### Your instructions
Repeat exactly the lines below that lie between the line with "v -2.4 -2.4 -1.6" and the line with "v -0.9185 -2.2174 1.6", counting both of those lines as part of the answer.

START Data extracts

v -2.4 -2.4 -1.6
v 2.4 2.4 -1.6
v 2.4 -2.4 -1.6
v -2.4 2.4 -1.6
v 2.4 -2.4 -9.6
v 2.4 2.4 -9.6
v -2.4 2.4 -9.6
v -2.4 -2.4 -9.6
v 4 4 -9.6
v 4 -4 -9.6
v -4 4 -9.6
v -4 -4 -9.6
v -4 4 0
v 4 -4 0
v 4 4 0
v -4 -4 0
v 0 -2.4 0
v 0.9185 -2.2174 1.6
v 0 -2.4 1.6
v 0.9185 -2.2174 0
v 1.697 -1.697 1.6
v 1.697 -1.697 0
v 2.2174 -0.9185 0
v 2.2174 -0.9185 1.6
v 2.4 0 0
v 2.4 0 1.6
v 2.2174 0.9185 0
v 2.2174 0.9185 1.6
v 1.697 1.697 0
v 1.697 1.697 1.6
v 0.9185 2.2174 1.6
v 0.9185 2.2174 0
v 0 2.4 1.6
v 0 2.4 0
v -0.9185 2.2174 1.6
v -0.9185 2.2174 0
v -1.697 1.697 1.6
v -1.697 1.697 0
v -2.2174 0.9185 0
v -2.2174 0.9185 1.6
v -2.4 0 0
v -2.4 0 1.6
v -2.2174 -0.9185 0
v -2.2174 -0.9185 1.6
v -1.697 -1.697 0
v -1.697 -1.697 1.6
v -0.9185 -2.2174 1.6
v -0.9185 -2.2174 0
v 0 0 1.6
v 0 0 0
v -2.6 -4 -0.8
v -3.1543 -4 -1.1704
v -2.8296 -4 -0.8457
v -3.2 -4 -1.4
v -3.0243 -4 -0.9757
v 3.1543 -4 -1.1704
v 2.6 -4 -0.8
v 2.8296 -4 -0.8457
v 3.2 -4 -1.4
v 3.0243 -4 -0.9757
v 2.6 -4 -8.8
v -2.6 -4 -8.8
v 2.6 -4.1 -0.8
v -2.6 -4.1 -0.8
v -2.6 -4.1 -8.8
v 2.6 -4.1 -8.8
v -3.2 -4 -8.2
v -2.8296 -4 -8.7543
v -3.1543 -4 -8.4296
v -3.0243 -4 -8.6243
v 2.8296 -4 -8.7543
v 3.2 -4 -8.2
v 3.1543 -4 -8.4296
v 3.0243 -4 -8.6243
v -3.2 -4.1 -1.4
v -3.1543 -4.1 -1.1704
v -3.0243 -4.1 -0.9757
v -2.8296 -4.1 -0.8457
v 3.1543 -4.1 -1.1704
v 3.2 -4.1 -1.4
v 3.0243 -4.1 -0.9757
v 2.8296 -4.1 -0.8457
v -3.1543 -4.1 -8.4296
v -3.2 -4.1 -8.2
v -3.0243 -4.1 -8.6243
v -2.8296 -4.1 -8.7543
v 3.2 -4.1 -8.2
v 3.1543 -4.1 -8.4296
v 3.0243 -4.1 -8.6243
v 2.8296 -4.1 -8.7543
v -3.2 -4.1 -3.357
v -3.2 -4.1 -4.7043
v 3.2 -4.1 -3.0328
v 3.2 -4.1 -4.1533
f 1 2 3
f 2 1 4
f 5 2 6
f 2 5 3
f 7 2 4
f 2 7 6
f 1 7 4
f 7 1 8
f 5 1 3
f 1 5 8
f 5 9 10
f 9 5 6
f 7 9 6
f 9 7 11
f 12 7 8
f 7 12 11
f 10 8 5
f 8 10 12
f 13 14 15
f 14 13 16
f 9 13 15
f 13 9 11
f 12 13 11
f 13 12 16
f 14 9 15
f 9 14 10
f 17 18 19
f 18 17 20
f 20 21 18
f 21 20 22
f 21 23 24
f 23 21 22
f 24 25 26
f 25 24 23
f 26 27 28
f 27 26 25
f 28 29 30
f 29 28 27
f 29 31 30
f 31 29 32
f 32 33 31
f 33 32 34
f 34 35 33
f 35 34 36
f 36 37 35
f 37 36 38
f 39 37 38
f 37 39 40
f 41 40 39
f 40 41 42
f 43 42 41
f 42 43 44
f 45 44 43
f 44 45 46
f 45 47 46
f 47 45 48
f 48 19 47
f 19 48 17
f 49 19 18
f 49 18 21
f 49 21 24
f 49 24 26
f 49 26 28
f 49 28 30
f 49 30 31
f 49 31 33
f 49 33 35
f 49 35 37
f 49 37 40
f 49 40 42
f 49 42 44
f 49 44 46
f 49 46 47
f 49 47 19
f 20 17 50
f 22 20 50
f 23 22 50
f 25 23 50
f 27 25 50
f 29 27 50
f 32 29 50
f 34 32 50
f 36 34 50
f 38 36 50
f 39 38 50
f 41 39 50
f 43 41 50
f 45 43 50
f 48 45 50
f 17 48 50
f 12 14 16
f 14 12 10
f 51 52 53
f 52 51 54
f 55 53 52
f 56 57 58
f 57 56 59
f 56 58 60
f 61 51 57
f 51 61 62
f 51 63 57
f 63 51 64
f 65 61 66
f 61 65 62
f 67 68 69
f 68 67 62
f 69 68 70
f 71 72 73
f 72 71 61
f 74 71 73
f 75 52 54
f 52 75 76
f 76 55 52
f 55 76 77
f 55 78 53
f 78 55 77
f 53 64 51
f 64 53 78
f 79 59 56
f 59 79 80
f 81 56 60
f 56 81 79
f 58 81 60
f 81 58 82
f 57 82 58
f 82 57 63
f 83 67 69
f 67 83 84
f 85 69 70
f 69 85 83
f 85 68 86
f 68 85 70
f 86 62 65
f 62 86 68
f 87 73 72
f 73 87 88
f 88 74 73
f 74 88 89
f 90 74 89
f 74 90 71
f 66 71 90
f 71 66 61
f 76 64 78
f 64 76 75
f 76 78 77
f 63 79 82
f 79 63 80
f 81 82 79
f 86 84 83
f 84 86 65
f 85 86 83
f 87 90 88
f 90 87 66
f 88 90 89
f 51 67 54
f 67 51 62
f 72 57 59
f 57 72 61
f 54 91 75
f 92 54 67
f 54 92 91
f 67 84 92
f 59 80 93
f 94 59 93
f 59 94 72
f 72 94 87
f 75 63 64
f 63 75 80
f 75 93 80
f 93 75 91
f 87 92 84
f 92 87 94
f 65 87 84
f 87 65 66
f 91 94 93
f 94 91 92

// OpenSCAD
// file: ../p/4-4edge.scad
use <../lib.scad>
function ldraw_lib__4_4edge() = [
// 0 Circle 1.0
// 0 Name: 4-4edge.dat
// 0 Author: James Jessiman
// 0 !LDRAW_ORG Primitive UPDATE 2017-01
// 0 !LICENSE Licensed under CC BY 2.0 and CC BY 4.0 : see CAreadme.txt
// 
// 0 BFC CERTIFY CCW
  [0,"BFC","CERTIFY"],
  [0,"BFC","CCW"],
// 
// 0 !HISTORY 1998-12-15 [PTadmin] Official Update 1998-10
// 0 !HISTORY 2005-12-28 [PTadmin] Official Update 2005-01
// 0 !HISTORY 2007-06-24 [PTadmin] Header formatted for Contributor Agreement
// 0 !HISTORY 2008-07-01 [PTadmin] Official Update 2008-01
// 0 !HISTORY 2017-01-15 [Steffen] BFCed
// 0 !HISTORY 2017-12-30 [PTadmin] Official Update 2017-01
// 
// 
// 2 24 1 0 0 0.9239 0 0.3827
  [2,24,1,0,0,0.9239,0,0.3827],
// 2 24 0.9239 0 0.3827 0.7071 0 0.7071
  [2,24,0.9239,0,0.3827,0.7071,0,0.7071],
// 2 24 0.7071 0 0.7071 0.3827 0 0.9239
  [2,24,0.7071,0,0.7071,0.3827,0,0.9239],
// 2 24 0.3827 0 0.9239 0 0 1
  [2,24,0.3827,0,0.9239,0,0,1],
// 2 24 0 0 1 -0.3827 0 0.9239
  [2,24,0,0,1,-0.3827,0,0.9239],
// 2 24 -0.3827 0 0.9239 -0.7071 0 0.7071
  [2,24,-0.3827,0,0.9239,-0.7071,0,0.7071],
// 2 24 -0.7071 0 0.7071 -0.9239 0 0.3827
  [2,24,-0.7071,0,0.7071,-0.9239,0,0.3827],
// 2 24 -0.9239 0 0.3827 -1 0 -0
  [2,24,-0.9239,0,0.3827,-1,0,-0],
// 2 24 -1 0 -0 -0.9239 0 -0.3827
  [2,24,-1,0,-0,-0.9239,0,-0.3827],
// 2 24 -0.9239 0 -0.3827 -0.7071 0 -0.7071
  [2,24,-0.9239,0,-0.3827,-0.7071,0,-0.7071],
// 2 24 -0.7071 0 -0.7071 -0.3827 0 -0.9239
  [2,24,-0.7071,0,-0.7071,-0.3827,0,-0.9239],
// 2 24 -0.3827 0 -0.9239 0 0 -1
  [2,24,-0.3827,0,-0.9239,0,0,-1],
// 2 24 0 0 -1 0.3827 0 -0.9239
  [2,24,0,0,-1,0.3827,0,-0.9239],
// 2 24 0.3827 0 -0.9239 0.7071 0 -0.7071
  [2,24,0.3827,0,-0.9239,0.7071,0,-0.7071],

END Data extracts
START Data extracts

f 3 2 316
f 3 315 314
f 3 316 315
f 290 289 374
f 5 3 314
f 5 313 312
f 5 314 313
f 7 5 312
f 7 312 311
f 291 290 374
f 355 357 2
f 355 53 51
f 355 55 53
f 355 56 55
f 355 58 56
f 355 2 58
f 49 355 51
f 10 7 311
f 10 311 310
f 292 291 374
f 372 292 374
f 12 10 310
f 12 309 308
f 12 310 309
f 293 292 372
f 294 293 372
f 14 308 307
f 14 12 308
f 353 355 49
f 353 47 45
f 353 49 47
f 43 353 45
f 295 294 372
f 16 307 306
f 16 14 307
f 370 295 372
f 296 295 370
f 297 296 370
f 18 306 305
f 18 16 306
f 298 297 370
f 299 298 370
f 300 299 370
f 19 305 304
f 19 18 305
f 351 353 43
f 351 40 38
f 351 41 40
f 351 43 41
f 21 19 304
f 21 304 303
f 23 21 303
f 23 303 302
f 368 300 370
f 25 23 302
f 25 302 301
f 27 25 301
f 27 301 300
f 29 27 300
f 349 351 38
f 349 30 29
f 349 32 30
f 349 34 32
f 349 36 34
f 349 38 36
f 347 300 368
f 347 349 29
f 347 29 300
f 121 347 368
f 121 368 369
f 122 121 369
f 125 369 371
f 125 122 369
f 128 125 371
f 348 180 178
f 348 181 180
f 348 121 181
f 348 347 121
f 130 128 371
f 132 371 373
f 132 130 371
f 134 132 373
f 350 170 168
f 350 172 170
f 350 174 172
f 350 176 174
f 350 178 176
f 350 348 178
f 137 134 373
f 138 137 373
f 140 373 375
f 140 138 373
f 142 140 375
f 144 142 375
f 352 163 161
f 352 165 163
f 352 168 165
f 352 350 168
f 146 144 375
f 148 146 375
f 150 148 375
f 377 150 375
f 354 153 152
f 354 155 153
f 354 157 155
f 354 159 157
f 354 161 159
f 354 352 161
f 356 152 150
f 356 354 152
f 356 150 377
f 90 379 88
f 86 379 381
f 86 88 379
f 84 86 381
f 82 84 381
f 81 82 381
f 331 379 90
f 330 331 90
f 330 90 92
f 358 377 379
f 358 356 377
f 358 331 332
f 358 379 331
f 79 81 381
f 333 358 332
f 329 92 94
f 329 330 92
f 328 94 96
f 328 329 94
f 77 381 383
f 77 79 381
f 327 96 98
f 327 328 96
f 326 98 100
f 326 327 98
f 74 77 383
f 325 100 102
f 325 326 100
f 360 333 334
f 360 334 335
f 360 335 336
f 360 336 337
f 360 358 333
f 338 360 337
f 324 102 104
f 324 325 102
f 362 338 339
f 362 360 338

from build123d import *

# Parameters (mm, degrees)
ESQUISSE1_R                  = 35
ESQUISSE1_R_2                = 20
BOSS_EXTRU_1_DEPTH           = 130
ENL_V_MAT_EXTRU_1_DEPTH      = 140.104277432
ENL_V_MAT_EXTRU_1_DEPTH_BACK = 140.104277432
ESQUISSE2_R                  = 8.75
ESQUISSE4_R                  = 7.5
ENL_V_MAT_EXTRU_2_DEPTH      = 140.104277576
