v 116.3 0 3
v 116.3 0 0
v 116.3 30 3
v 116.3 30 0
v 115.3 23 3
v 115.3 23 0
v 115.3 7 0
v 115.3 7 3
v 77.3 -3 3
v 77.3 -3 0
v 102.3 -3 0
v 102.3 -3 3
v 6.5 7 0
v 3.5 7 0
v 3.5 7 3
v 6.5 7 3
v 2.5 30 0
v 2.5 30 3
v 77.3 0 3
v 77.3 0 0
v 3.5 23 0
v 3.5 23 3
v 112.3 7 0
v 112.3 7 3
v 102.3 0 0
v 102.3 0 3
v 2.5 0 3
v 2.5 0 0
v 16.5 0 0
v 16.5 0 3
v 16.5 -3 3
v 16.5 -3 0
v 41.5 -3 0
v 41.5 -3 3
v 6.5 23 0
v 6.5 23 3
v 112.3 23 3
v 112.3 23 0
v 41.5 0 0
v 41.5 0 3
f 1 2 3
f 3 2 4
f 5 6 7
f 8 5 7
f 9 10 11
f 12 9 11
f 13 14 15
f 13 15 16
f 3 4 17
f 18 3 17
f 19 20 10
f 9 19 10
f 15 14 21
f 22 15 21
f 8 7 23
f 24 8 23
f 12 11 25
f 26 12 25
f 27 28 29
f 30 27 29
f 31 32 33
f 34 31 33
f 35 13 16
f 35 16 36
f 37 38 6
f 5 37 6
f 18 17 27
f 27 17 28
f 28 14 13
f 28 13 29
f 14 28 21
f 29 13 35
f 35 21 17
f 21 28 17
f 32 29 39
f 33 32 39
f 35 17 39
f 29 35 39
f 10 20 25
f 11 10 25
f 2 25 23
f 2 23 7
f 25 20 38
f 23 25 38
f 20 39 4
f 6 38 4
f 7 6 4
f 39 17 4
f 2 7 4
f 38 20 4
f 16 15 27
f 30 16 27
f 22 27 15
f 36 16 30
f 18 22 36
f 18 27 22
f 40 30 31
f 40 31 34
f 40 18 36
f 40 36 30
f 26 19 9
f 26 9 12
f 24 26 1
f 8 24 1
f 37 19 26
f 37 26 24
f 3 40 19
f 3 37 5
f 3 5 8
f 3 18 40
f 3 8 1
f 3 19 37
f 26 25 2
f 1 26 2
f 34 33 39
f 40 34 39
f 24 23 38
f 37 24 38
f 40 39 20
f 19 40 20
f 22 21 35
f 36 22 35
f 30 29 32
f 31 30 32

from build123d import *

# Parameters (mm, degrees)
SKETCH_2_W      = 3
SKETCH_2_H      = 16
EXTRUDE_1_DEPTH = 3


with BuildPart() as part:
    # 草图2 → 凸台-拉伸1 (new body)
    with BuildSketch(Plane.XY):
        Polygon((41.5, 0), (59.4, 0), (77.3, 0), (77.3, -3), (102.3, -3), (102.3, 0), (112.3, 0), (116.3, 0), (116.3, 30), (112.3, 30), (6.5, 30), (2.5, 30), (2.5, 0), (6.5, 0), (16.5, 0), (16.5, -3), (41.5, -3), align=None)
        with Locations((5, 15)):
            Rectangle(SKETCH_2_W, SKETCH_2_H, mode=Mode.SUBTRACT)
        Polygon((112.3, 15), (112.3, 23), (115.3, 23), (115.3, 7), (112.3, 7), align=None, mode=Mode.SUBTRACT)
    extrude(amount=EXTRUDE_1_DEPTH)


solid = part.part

END Data extracts

### Task solution
v -2.4 -2.4 -1.6
v 2.4 2.4 -1.6
v 2.4 -2.4 -1.6
v -2.4 2.4 -1.6
v 2.4 -2.4 -9.6
v 2.4 2.4 -9.6
v -2.4 2.4 -9.6
v -2.4 -2.4 -9.6
v 4 4 -9.6
v 4 -4 -9.6
v -4 4 -9.6
v -4 -4 -9.6
v -4 4 0
v 4 -4 0
v 4 4 0
v -4 -4 0
v 0 -2.4 0
v 0.9185 -2.2174 1.6
v 0 -2.4 1.6
v 0.9185 -2.2174 0
v 1.697 -1.697 1.6
v 1.697 -1.697 0
v 2.2174 -0.9185 0
v 2.2174 -0.9185 1.6
v 2.4 0 0
v 2.4 0 1.6
v 2.2174 0.9185 0
v 2.2174 0.9185 1.6
v 1.697 1.697 0
v 1.697 1.697 1.6
v 0.9185 2.2174 1.6
v 0.9185 2.2174 0
v 0 2.4 1.6
v 0 2.4 0
v -0.9185 2.2174 1.6
v -0.9185 2.2174 0
v -1.697 1.697 1.6
v -1.697 1.697 0
v -2.2174 0.9185 0
v -2.2174 0.9185 1.6
v -2.4 0 0
v -2.4 0 1.6
v -2.2174 -0.9185 0
v -2.2174 -0.9185 1.6
v -1.697 -1.697 0
v -1.697 -1.697 1.6
v -0.9185 -2.2174 1.6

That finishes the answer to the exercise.